The Supreme Court of the United States, at its session of January 12, 1836, observed the like customary and sad formalities. At the meeting Edmund I. Lee, Esq., was chairman, General Walter Jones was secretary, Henry Clay offered the resolutions, and Judge Story spoke concerning his associate, for whom he had felt an exceptional affection and admiration.

At a meeting of the social club at Buchanan’s Spring, when there was a motion to supply the vacancy occasioned by the death of Judge Marshall, Mr. B. Watkins Leigh proposed as appropriate that “there should be no attempt to fill it ever; but that the number of the club should remain one less than it was before his death.”

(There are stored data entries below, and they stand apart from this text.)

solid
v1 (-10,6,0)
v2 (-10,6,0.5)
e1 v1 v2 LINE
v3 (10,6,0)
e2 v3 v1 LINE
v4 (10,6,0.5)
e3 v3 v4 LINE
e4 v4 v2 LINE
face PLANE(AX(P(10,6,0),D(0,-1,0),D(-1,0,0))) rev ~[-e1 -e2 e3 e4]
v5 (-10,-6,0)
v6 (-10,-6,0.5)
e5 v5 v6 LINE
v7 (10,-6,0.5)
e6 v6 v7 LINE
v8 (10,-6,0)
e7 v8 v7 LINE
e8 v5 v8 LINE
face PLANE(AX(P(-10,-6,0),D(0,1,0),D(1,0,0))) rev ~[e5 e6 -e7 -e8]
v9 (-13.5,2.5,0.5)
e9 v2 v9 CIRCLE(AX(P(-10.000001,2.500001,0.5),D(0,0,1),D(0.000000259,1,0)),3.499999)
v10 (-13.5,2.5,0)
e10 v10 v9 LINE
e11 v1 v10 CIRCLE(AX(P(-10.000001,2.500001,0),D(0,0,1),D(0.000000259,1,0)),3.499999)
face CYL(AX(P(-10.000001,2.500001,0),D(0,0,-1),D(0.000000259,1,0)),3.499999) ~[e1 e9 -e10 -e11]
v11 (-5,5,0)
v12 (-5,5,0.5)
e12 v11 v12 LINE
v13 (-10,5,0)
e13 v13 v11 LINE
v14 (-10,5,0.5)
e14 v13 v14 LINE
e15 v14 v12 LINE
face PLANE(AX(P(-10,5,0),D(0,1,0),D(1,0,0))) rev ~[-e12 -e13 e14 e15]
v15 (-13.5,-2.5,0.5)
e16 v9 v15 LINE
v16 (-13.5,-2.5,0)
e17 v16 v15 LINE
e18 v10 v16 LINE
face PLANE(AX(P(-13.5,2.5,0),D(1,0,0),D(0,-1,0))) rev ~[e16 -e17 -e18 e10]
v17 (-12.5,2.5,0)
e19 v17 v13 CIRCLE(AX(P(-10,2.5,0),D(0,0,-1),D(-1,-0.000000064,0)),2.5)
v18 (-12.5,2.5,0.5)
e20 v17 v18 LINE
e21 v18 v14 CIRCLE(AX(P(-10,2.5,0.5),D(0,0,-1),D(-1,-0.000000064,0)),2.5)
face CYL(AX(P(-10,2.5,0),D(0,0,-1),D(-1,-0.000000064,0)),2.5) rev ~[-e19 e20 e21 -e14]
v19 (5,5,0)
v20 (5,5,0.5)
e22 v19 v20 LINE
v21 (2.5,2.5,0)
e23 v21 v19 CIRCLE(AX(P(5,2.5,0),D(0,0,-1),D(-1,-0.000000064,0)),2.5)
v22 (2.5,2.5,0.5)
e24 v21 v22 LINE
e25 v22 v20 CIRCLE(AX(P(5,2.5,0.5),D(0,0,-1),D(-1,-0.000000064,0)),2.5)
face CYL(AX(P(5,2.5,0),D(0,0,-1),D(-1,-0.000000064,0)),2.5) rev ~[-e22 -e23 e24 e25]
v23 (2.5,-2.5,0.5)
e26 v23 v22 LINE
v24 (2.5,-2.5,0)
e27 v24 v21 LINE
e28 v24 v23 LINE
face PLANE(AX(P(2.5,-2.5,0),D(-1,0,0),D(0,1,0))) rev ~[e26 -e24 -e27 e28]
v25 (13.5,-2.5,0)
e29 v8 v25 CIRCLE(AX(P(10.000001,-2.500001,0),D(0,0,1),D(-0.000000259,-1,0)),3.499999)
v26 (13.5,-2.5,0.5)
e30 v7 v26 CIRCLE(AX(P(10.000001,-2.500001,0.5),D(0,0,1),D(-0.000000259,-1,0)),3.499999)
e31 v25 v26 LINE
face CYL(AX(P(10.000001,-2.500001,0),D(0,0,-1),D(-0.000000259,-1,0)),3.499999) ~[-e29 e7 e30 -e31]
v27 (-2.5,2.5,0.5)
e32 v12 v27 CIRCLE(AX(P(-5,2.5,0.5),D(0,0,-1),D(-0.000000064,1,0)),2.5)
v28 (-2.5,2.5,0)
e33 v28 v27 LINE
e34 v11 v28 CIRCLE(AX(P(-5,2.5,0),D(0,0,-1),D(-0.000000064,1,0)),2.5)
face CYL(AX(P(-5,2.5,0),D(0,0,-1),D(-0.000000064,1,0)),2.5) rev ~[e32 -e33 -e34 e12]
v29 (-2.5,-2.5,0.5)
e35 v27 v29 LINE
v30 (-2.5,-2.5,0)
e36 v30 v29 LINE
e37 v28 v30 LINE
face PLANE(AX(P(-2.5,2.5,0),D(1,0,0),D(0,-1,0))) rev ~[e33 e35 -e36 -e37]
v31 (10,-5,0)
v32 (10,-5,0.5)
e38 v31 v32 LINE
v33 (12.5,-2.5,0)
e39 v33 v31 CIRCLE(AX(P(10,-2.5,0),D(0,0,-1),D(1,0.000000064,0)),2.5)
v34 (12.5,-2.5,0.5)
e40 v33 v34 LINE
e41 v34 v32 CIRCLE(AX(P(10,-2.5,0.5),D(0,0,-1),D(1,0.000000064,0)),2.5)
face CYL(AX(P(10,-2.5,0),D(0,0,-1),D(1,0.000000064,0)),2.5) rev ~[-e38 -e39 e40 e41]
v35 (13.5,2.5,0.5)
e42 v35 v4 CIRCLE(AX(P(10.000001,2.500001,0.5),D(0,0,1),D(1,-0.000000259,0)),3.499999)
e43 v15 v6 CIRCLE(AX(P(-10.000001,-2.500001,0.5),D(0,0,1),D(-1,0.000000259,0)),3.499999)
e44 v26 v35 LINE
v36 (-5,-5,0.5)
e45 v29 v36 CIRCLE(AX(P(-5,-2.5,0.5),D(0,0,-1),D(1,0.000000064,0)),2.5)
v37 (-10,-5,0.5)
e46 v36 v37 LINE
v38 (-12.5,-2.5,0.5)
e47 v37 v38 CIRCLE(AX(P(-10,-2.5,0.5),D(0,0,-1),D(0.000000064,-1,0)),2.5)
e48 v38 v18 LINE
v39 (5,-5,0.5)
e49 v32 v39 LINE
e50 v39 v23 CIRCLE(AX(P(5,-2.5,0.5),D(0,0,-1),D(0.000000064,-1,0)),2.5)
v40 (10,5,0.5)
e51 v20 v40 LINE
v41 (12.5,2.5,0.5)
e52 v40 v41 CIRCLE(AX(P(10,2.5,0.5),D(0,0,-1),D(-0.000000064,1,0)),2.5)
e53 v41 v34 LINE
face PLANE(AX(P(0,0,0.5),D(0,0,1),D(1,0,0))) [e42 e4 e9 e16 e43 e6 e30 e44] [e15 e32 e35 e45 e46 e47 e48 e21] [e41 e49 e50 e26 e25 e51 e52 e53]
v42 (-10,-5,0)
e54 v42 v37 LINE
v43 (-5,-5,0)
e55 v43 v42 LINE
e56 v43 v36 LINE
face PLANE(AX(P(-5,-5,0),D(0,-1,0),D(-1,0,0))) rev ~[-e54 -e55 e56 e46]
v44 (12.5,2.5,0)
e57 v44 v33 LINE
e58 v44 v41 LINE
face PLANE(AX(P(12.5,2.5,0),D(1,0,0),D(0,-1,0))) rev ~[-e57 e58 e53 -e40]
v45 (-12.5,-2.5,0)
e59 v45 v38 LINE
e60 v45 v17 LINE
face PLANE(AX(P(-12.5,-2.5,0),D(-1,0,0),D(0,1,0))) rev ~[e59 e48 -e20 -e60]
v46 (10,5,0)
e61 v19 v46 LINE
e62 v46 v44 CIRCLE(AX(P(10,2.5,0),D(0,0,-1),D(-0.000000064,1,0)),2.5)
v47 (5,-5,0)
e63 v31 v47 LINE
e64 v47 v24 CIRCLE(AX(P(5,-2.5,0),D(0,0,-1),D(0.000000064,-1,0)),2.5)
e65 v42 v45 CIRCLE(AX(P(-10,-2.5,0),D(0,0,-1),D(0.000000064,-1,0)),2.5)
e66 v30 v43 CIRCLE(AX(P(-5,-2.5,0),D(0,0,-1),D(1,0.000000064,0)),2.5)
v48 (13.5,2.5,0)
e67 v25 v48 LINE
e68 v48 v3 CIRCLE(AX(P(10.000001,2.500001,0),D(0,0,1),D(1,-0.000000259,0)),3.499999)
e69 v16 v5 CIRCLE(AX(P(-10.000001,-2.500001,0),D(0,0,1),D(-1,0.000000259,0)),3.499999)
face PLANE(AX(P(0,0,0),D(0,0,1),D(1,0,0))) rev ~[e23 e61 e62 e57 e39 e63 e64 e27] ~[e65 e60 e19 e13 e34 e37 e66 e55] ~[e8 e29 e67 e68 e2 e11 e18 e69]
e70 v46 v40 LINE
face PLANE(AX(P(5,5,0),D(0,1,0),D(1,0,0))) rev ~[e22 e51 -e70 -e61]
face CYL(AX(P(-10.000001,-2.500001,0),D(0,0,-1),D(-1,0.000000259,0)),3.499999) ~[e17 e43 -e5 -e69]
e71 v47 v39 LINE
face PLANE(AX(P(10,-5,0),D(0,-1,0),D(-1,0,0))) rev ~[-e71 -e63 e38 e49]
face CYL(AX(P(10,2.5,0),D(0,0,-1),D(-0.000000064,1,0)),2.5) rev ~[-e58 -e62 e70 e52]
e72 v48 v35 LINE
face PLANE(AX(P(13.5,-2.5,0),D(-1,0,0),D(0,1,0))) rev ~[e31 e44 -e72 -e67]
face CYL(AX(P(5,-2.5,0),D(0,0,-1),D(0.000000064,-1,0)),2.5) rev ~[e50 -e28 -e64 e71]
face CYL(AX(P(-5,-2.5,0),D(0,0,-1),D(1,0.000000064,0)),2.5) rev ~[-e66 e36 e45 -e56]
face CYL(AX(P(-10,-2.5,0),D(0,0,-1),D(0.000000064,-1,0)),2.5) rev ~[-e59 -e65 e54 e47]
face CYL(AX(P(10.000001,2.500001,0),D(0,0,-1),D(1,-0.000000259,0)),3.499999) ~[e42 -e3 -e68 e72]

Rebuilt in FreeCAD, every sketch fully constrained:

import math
import FreeCAD as App
import Part
import Sketcher

V = App.Vector
Q = App.Units.Quantity

doc = App.newDocument("Part")
params = doc.addObject("Spreadsheet::Sheet", "Params")
for row, (alias, value) in enumerate([
    ("sketch1_radius", "3.499999 mm"),
    ("sketch1_radius2", "2.5 mm"),
    ("sketch1_width", "20 mm"),
    ("sketch1_width2", "5 mm"),
    ("pad1_length", "0.5 mm"),
], start=1):
    params.set(f"A{row}", alias)
    params.set(f"B{row}", "=" + value)
    params.setAlias(f"B{row}", alias)

body = doc.addObject("PartDesign::Body", "Body")

sketch1 = doc.addObject("Sketcher::SketchObject", "Sketch")
body.addObject(sketch1)
sketch1.AttachmentSupport = (doc.XY_Plane, [""])
sketch1.MapMode = "FlatFace"
sketch1.addGeometry(Part.LineSegment(V(-13.5, 2.5, 0), V(-13.5, -2.5, 0)), False)
sketch1.addGeometry(Part.ArcOfCircle(Part.Circle(V(-10, -2.5, 0), V(0, 0, 1), 3.5), math.radians(180), math.radians(270)), False)
sketch1.addGeometry(Part.LineSegment(V(-10, -6, 0), V(10, -6, 0)), False)
sketch1.addGeometry(Part.ArcOfCircle(Part.Circle(V(10, -2.5, 0), V(0, 0, 1), 3.5), math.radians(-90), math.radians(0)), False)
sketch1.addGeometry(Part.LineSegment(V(13.5, -2.5, 0), V(13.5, 2.5, 0)), False)
sketch1.addGeometry(Part.ArcOfCircle(Part.Circle(V(10, 2.5, 0), V(0, 0, 1), 3.5), math.radians(0), math.radians(90)), False)
sketch1.addGeometry(Part.LineSegment(V(10, 6, 0), V(-10, 6, 0)), False)
sketch1.addGeometry(Part.ArcOfCircle(Part.Circle(V(-10, 2.5, 0), V(0, 0, 1), 3.5), math.radians(90), math.radians(180)), False)
sketch1.addGeometry(Part.ArcOfCircle(Part.Circle(V(-5, 2.5, 0), V(0, 0, 1), 2.5), math.radians(0), math.radians(90)), False)
sketch1.addGeometry(Part.LineSegment(V(-2.5, 2.5, 0), V(-2.5, -2.5, 0)), False)
sketch1.addGeometry(Part.ArcOfCircle(Part.Circle(V(-5, -2.5, 0), V(0, 0, 1), 2.5), math.radians(-90), math.radians(0)), False)
sketch1.addGeometry(Part.LineSegment(V(-5, -5, 0), V(-10, -5, 0)), False)
sketch1.addGeometry(Part.ArcOfCircle(Part.Circle(V(-10, -2.5, 0), V(0, 0, 1), 2.5), math.radians(180), math.radians(270)), False)
sketch1.addGeometry(Part.LineSegment(V(-12.5, -2.5, 0), V(-12.5, 2.5, 0)), False)
sketch1.addGeometry(Part.ArcOfCircle(Part.Circle(V(-10, 2.5, 0), V(0, 0, 1), 2.5), math.radians(90), math.radians(180)), False)
sketch1.addGeometry(Part.LineSegment(V(-10, 5, 0), V(-5, 5, 0)), False)
sketch1.addGeometry(Part.ArcOfCircle(Part.Circle(V(5, -2.5, 0), V(0, 0, 1), 2.5), math.radians(180), math.radians(270)), False)
sketch1.addGeometry(Part.LineSegment(V(2.5, -2.5, 0), V(2.5, 2.5, 0)), False)
sketch1.addGeometry(Part.ArcOfCircle(Part.Circle(V(5, 2.5, 0), V(0, 0, 1), 2.5), math.radians(90), math.radians(180)), False)
sketch1.addGeometry(Part.LineSegment(V(5, 5, 0), V(10, 5, 0)), False)
sketch1.addGeometry(Part.ArcOfCircle(Part.Circle(V(10, 2.5, 0), V(0, 0, 1), 2.5), math.radians(0), math.radians(90)), False)
sketch1.addGeometry(Part.LineSegment(V(12.5, 2.5, 0), V(12.5, -2.5, 0)), False)
sketch1.addGeometry(Part.ArcOfCircle(Part.Circle(V(10, -2.5, 0), V(0, 0, 1), 2.5), math.radians(-90), math.radians(0)), False)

The death of the chief justice was also appropriately memorialized by numerous addresses and discourses before learned societies and public institutions. Among these, and possessing peculiar merit from their elegance and beauty, were Judge Story’s discourse on his life, character, and services, delivered at the request of the Suffolk bar in Massachusetts; Mr. Horace Binney’s eulogy, delivered at the request of the councils of Philadelphia; and the memoir by Mr. Joseph Hopkinson, pronounced before the American Philosophical Society, at Philadelphia.

Half a century has elapsed since the death of Chief Justice Marshall, but there is no token of any waning of the respect and affection entertained for his memory by the American people. Almost as we write these lines, the most recent manifestation of the grateful remembrance of his countrymen is shown in the unveiling, at the national capital, of Story’s statue of the great chief justice, amid the sincere display of popular enthusiasm.

The Commonwealth of Virginia, desirous of perpetuating in some enduring form the memory of her sons, who, under the providence of God, were instrumental with their compatriots in achieving and consolidating the liberties of our country in the great Revolutionary struggle of 1776, took steps some years ago to erect on her Capitol Square in Richmond a colossal group of statuary in bronze, surmounted by an equestrian statue of Washington, exhibiting separately, on a circle of pedestals, the statues of Jefferson, Henry, Marshall, Nelson, Lewis, and Mason. This design was happily executed in part by Thomas Crawford, the American sculptor, and completed by Randolph Rogers of New York.

  1. Randolph’s Memoir of Dr. Physic, p. 101. Return to text.